| Task instructions |
Only lines with the string "dimension" should be returned from the data below.

| Collected data |
========================

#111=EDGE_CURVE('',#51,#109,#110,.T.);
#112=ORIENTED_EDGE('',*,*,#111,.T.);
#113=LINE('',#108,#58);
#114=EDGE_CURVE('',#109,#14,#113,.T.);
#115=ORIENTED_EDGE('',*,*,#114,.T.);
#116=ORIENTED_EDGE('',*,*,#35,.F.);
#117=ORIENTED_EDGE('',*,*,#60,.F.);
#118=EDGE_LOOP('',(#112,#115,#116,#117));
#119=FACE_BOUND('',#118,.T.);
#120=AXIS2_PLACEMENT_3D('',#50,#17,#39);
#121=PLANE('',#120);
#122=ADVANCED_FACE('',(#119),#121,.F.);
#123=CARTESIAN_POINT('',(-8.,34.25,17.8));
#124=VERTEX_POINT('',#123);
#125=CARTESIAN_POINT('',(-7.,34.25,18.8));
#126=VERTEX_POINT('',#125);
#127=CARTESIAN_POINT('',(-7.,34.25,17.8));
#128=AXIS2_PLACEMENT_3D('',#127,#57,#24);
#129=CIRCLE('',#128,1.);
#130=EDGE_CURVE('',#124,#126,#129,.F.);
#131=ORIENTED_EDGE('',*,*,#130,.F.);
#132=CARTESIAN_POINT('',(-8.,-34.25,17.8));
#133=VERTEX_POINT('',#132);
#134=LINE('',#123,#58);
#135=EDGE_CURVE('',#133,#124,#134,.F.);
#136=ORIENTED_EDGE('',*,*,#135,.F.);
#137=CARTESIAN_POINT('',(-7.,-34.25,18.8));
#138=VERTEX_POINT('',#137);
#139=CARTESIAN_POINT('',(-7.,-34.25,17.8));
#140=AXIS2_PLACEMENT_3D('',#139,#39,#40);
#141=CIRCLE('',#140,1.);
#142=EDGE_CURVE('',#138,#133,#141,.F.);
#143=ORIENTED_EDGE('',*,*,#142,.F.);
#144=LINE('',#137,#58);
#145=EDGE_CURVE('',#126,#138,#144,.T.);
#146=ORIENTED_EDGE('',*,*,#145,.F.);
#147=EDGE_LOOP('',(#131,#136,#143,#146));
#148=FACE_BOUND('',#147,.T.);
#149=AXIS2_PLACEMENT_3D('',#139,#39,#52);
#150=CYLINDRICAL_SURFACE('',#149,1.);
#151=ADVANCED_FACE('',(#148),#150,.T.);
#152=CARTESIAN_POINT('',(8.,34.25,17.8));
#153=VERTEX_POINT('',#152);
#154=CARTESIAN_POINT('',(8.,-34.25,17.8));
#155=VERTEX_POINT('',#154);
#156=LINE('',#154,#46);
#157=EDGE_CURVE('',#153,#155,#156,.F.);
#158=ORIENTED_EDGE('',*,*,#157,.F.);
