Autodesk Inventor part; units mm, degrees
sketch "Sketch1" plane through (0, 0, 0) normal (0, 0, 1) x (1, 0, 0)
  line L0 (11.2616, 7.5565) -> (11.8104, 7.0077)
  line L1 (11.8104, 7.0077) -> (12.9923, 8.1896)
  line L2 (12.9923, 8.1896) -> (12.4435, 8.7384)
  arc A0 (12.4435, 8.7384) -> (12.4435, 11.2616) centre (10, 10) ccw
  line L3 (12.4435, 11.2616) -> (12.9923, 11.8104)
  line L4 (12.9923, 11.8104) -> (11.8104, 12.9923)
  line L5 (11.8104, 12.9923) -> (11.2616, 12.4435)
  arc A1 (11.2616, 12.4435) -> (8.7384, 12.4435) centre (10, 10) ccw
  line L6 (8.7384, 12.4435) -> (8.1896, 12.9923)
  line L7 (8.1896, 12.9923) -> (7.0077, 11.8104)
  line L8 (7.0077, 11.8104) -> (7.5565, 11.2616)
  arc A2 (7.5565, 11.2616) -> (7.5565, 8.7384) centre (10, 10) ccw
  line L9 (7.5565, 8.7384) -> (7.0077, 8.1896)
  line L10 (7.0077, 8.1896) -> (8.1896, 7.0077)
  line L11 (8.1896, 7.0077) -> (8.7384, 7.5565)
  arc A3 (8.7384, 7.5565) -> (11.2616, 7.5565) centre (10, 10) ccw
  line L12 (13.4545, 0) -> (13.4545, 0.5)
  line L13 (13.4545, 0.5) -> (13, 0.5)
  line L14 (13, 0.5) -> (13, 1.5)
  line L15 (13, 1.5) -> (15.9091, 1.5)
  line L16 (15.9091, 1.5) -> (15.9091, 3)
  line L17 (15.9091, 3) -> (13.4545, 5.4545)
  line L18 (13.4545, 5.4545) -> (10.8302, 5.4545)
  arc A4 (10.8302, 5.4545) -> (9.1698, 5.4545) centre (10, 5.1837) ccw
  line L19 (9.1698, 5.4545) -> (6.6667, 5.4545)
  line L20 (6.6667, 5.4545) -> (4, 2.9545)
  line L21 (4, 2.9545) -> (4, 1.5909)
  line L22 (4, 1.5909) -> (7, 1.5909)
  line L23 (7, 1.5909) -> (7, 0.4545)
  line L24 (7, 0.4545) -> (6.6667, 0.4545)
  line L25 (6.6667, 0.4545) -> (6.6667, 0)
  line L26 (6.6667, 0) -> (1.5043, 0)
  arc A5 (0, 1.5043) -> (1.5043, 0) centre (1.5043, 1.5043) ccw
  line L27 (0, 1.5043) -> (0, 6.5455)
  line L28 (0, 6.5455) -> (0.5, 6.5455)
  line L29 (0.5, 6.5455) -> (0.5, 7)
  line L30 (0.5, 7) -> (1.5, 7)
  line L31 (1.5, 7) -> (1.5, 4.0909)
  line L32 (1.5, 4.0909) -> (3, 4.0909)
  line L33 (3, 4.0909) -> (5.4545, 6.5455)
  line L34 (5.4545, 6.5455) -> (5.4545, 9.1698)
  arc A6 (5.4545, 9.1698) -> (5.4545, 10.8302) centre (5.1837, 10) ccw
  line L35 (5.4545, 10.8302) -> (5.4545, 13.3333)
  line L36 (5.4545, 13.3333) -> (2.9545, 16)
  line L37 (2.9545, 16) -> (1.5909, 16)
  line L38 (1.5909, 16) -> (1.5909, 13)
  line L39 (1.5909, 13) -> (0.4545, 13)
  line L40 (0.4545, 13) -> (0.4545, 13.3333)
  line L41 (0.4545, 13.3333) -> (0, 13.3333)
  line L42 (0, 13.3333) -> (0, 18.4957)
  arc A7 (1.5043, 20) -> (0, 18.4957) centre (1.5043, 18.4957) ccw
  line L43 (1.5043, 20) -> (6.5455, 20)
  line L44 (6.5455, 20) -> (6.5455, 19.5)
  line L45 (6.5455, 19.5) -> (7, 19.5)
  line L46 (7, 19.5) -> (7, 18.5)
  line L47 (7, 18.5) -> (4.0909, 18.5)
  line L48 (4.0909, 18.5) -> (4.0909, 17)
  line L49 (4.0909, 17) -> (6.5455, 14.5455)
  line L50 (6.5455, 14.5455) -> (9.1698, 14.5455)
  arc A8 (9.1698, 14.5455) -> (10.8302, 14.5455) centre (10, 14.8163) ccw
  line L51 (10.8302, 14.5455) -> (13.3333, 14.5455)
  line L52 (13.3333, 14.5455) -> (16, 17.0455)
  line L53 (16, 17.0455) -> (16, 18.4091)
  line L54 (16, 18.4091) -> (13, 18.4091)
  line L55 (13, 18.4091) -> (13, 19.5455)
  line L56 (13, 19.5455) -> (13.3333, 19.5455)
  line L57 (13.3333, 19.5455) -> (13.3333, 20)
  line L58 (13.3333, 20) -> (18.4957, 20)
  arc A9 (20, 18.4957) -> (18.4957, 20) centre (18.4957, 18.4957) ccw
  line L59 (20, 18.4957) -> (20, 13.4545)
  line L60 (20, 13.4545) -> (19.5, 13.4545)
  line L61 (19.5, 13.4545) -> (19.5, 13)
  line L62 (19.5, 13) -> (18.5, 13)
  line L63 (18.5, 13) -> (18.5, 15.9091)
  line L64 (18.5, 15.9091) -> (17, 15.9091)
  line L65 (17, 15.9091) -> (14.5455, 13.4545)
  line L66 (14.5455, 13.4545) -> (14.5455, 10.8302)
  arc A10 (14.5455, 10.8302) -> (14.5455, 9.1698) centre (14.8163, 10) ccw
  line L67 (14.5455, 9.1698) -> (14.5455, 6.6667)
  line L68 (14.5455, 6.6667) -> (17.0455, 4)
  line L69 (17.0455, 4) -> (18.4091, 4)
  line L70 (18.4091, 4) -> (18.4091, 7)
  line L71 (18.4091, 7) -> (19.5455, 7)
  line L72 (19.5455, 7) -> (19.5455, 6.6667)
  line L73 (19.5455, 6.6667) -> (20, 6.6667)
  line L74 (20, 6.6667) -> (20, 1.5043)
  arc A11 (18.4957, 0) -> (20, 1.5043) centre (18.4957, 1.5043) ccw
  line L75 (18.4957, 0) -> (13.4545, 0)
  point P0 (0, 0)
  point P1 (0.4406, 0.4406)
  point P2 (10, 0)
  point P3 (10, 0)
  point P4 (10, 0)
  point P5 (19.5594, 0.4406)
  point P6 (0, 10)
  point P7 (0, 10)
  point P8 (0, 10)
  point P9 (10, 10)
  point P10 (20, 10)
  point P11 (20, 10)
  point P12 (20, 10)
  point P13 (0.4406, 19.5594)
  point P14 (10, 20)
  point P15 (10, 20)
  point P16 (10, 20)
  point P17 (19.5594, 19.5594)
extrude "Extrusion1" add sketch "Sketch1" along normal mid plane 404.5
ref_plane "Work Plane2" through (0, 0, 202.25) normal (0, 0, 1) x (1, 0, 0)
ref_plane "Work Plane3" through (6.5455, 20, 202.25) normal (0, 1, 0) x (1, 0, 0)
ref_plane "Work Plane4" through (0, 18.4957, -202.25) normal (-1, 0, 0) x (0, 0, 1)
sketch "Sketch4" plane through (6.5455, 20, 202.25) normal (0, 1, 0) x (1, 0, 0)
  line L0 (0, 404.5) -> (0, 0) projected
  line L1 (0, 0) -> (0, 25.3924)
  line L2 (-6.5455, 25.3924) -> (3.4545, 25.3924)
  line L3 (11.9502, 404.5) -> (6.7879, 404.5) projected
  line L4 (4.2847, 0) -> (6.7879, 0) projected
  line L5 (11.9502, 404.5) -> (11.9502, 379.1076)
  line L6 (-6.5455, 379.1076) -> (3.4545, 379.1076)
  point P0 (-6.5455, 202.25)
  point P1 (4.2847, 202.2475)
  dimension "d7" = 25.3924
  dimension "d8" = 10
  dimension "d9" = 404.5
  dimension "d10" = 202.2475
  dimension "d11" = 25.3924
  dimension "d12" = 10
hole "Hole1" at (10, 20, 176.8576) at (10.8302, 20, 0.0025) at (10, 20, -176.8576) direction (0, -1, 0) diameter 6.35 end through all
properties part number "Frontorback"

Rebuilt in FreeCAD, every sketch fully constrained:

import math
import FreeCAD as App
import Part
import Sketcher
from FreeCAD import Vector

doc = App.newDocument("Part")
body = doc.addObject("PartDesign::Body", "Body")

# Sketch on XY plane
sketch1 = doc.addObject("Sketcher::SketchObject", "Sketch")
body.addObject(sketch1)
sketch1.AttachmentSupport = (doc.XY_Plane, [""])
sketch1.MapMode = "FlatFace"
sketch1.addGeometry([
    Part.LineSegment(Vector(13.45, 0.5, 0), Vector(13.45, 0, 0)),  # 0
    Part.LineSegment(Vector(13.45, 0, 0), Vector(18.5, 0, 0)),  # 1
    Part.ArcOfCircle(Part.Circle(Vector(18.5, 1.5, 0), Vector(0, 0, 1), 1.5), math.radians(-90), math.radians(0)),  # 2
    Part.LineSegment(Vector(20, 1.5, 0), Vector(20, 6.67, 0)),  # 3
    Part.LineSegment(Vector(20, 6.67, 0), Vector(19.55, 6.67, 0)),  # 4
    Part.LineSegment(Vector(19.55, 6.67, 0), Vector(19.55, 7, 0)),  # 5
    Part.LineSegment(Vector(19.55, 7, 0), Vector(18.41, 7, 0)),  # 6
    Part.LineSegment(Vector(18.41, 7, 0), Vector(18.41, 4, 0)),  # 7
    Part.LineSegment(Vector(18.41, 4, 0), Vector(17.05, 4, 0)),  # 8
    Part.LineSegment(Vector(17.05, 4, 0), Vector(14.55, 6.67, 0)),  # 9
    Part.LineSegment(Vector(14.55, 6.67, 0), Vector(14.55, 9.17, 0)),  # 10
    Part.ArcOfCircle(Part.Circle(Vector(14.82, 10, 0), Vector(0, 0, 1), 0.87), math.radians(108), math.radians(252)),  # 11
    Part.LineSegment(Vector(14.55, 10.83, 0), Vector(14.55, 13.45, 0)),  # 12
    Part.LineSegment(Vector(14.55, 13.45, 0), Vector(17, 15.91, 0)),  # 13
    Part.LineSegment(Vector(17, 15.91, 0), Vector(18.5, 15.91, 0)),  # 14
    Part.LineSegment(Vector(18.5, 15.91, 0), Vector(18.5, 13, 0)),  # 15
    Part.LineSegment(Vector(18.5, 13, 0), Vector(19.5, 13, 0)),  # 16
    Part.LineSegment(Vector(19.5, 13, 0), Vector(19.5, 13.45, 0)),  # 17
    Part.LineSegment(Vector(19.5, 13.45, 0), Vector(20, 13.45, 0)),  # 18
    Part.LineSegment(Vector(20, 13.45, 0), Vector(20, 18.5, 0)),  # 19
    Part.ArcOfCircle(Part.Circle(Vector(18.5, 18.5, 0), Vector(0, 0, 1), 1.5), math.radians(0), math.radians(90)),  # 20
    Part.LineSegment(Vector(18.5, 20, 0), Vector(13.33, 20, 0)),  # 21
    Part.LineSegment(Vector(13.33, 20, 0), Vector(13.33, 19.55, 0)),  # 22
    Part.LineSegment(Vector(13.33, 19.55, 0), Vector(13, 19.55, 0)),  # 23
    Part.LineSegment(Vector(13, 19.55, 0), Vector(13, 18.41, 0)),  # 24
    Part.LineSegment(Vector(13, 18.41, 0), Vector(16, 18.41, 0)),  # 25
    Part.LineSegment(Vector(16, 18.41, 0), Vector(16, 17.05, 0)),  # 26
    Part.LineSegment(Vector(16, 17.05, 0), Vector(13.33, 14.55, 0)),  # 27
    Part.LineSegment(Vector(13.33, 14.55, 0), Vector(10.83, 14.55, 0)),  # 28
    Part.ArcOfCircle(Part.Circle(Vector(10, 14.82, 0), Vector(0, 0, 1), 0.87), math.radians(-162), math.radians(-18)),  # 29
    Part.LineSegment(Vector(9.17, 14.55, 0), Vector(6.55, 14.55, 0)),  # 30
    Part.LineSegment(Vector(6.55, 14.55, 0), Vector(4.09, 17, 0)),  # 31
    Part.LineSegment(Vector(4.09, 17, 0), Vector(4.09, 18.5, 0)),  # 32
    Part.LineSegment(Vector(4.09, 18.5, 0), Vector(7, 18.5, 0)),  # 33
    Part.LineSegment(Vector(7, 18.5, 0), Vector(7, 19.5, 0)),  # 34
    Part.LineSegment(Vector(7, 19.5, 0), Vector(6.55, 19.5, 0)),  # 35
    Part.LineSegment(Vector(6.55, 19.5, 0), Vector(6.55, 20, 0)),  # 36
    Part.LineSegment(Vector(6.55, 20, 0), Vector(1.5, 20, 0)),  # 37
    Part.ArcOfCircle(Part.Circle(Vector(1.5, 18.5, 0), Vector(0, 0, 1), 1.5), math.radians(90), math.radians(180)),  # 38
    Part.LineSegment(Vector(0, 18.5, 0), Vector(0, 13.33, 0)),  # 39
    Part.LineSegment(Vector(0, 13.33, 0), Vector(0.45, 13.33, 0)),  # 40
    Part.LineSegment(Vector(0.45, 13.33, 0), Vector(0.45, 13, 0)),  # 41
    Part.LineSegment(Vector(0.45, 13, 0), Vector(1.59, 13, 0)),  # 42
    Part.LineSegment(Vector(1.59, 13, 0), Vector(1.59, 16, 0)),  # 43
    Part.LineSegment(Vector(1.59, 16, 0), Vector(2.95, 16, 0)),  # 44
    Part.LineSegment(Vector(2.95, 16, 0), Vector(5.45, 13.33, 0)),  # 45
    Part.LineSegment(Vector(5.45, 13.33, 0), Vector(5.45, 10.83, 0)),  # 46
    Part.ArcOfCircle(Part.Circle(Vector(5.18, 10, 0), Vector(0, 0, 1), 0.87), math.radians(-72), math.radians(72)),  # 47
    Part.LineSegment(Vector(5.45, 9.17, 0), Vector(5.45, 6.55, 0)),  # 48
    Part.LineSegment(Vector(5.45, 6.55, 0), Vector(3, 4.09, 0)),  # 49
    Part.LineSegment(Vector(3, 4.09, 0), Vector(1.5, 4.09, 0)),  # 50
    Part.LineSegment(Vector(1.5, 4.09, 0), Vector(1.5, 7, 0)),  # 51
    Part.LineSegment(Vector(1.5, 7, 0), Vector(0.5, 7, 0)),  # 52
    Part.LineSegment(Vector(0.5, 7, 0), Vector(0.5, 6.55, 0)),  # 53
    Part.LineSegment(Vector(0.5, 6.55, 0), Vector(0, 6.55, 0)),  # 54
    Part.LineSegment(Vector(0, 6.55, 0), Vector(0, 1.5, 0)),  # 55
    Part.ArcOfCircle(Part.Circle(Vector(1.5, 1.5, 0), Vector(0, 0, 1), 1.5), math.radians(180), math.radians(270)),  # 56
    Part.LineSegment(Vector(1.5, 0, 0), Vector(6.67, 0, 0)),  # 57
    Part.LineSegment(Vector(6.67, 0, 0), Vector(6.67, 0.45, 0)),  # 58
    Part.LineSegment(Vector(6.67, 0.45, 0), Vector(7, 0.45, 0)),  # 59
    Part.LineSegment(Vector(7, 0.45, 0), Vector(7, 1.59, 0)),  # 60
    Part.LineSegment(Vector(7, 1.59, 0), Vector(4, 1.59, 0)),  # 61
    Part.LineSegment(Vector(4, 1.59, 0), Vector(4, 2.95, 0)),  # 62
    Part.LineSegment(Vector(4, 2.95, 0), Vector(6.67, 5.45, 0)),  # 63
    Part.LineSegment(Vector(6.67, 5.45, 0), Vector(9.17, 5.45, 0)),  # 64
    Part.ArcOfCircle(Part.Circle(Vector(10, 5.18, 0), Vector(0, 0, 1), 0.87), math.radians(18), math.radians(162)),  # 65
    Part.LineSegment(Vector(10.83, 5.45, 0), Vector(13.45, 5.45, 0)),  # 66
    Part.LineSegment(Vector(13.45, 5.45, 0), Vector(15.91, 3, 0)),  # 67
    Part.LineSegment(Vector(15.91, 3, 0), Vector(15.91, 1.5, 0)),  # 68
    Part.LineSegment(Vector(15.91, 1.5, 0), Vector(13, 1.5, 0)),  # 69
    Part.LineSegment(Vector(13, 1.5, 0), Vector(13, 0.5, 0)),  # 70
    Part.LineSegment(Vector(13, 0.5, 0), Vector(13.45, 0.5, 0)),  # 71
    Part.LineSegment(Vector(11.81, 7.01, 0), Vector(11.26, 7.56, 0)),  # 72
    Part.ArcOfCircle(Part.Circle(Vector(10, 10, 0), Vector(0, 0, 1), 2.75), math.radians(-117), math.radians(-63)),  # 73
    Part.LineSegment(Vector(8.74, 7.56, 0), Vector(8.19, 7.01, 0)),  # 74
    Part.LineSegment(Vector(8.19, 7.01, 0), Vector(7.01, 8.19, 0)),  # 75
    Part.LineSegment(Vector(7.01, 8.19, 0), Vector(7.56, 8.74, 0)),  # 76
    Part.ArcOfCircle(Part.Circle(Vector(10, 10, 0), Vector(0, 0, 1), 2.75), math.radians(153), math.radians(207)),  # 77
    Part.LineSegment(Vector(7.56, 11.26, 0), Vector(7.01, 11.81, 0)),  # 78
    Part.LineSegment(Vector(7.01, 11.81, 0), Vector(8.19, 12.99, 0)),  # 79
    Part.LineSegment(Vector(8.19, 12.99, 0), Vector(8.74, 12.44, 0)),  # 80
    Part.ArcOfCircle(Part.Circle(Vector(10, 10, 0), Vector(0, 0, 1), 2.75), math.radians(63), math.radians(117)),  # 81
    Part.LineSegment(Vector(11.26, 12.44, 0), Vector(11.81, 12.99, 0)),  # 82
    Part.LineSegment(Vector(11.81, 12.99, 0), Vector(12.99, 11.81, 0)),  # 83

========================

| Worked solution |
  dimension "d7" = 25.3924
  dimension "d8" = 10
  dimension "d9" = 404.5
  dimension "d10" = 202.2475
  dimension "d11" = 25.3924
  dimension "d12" = 10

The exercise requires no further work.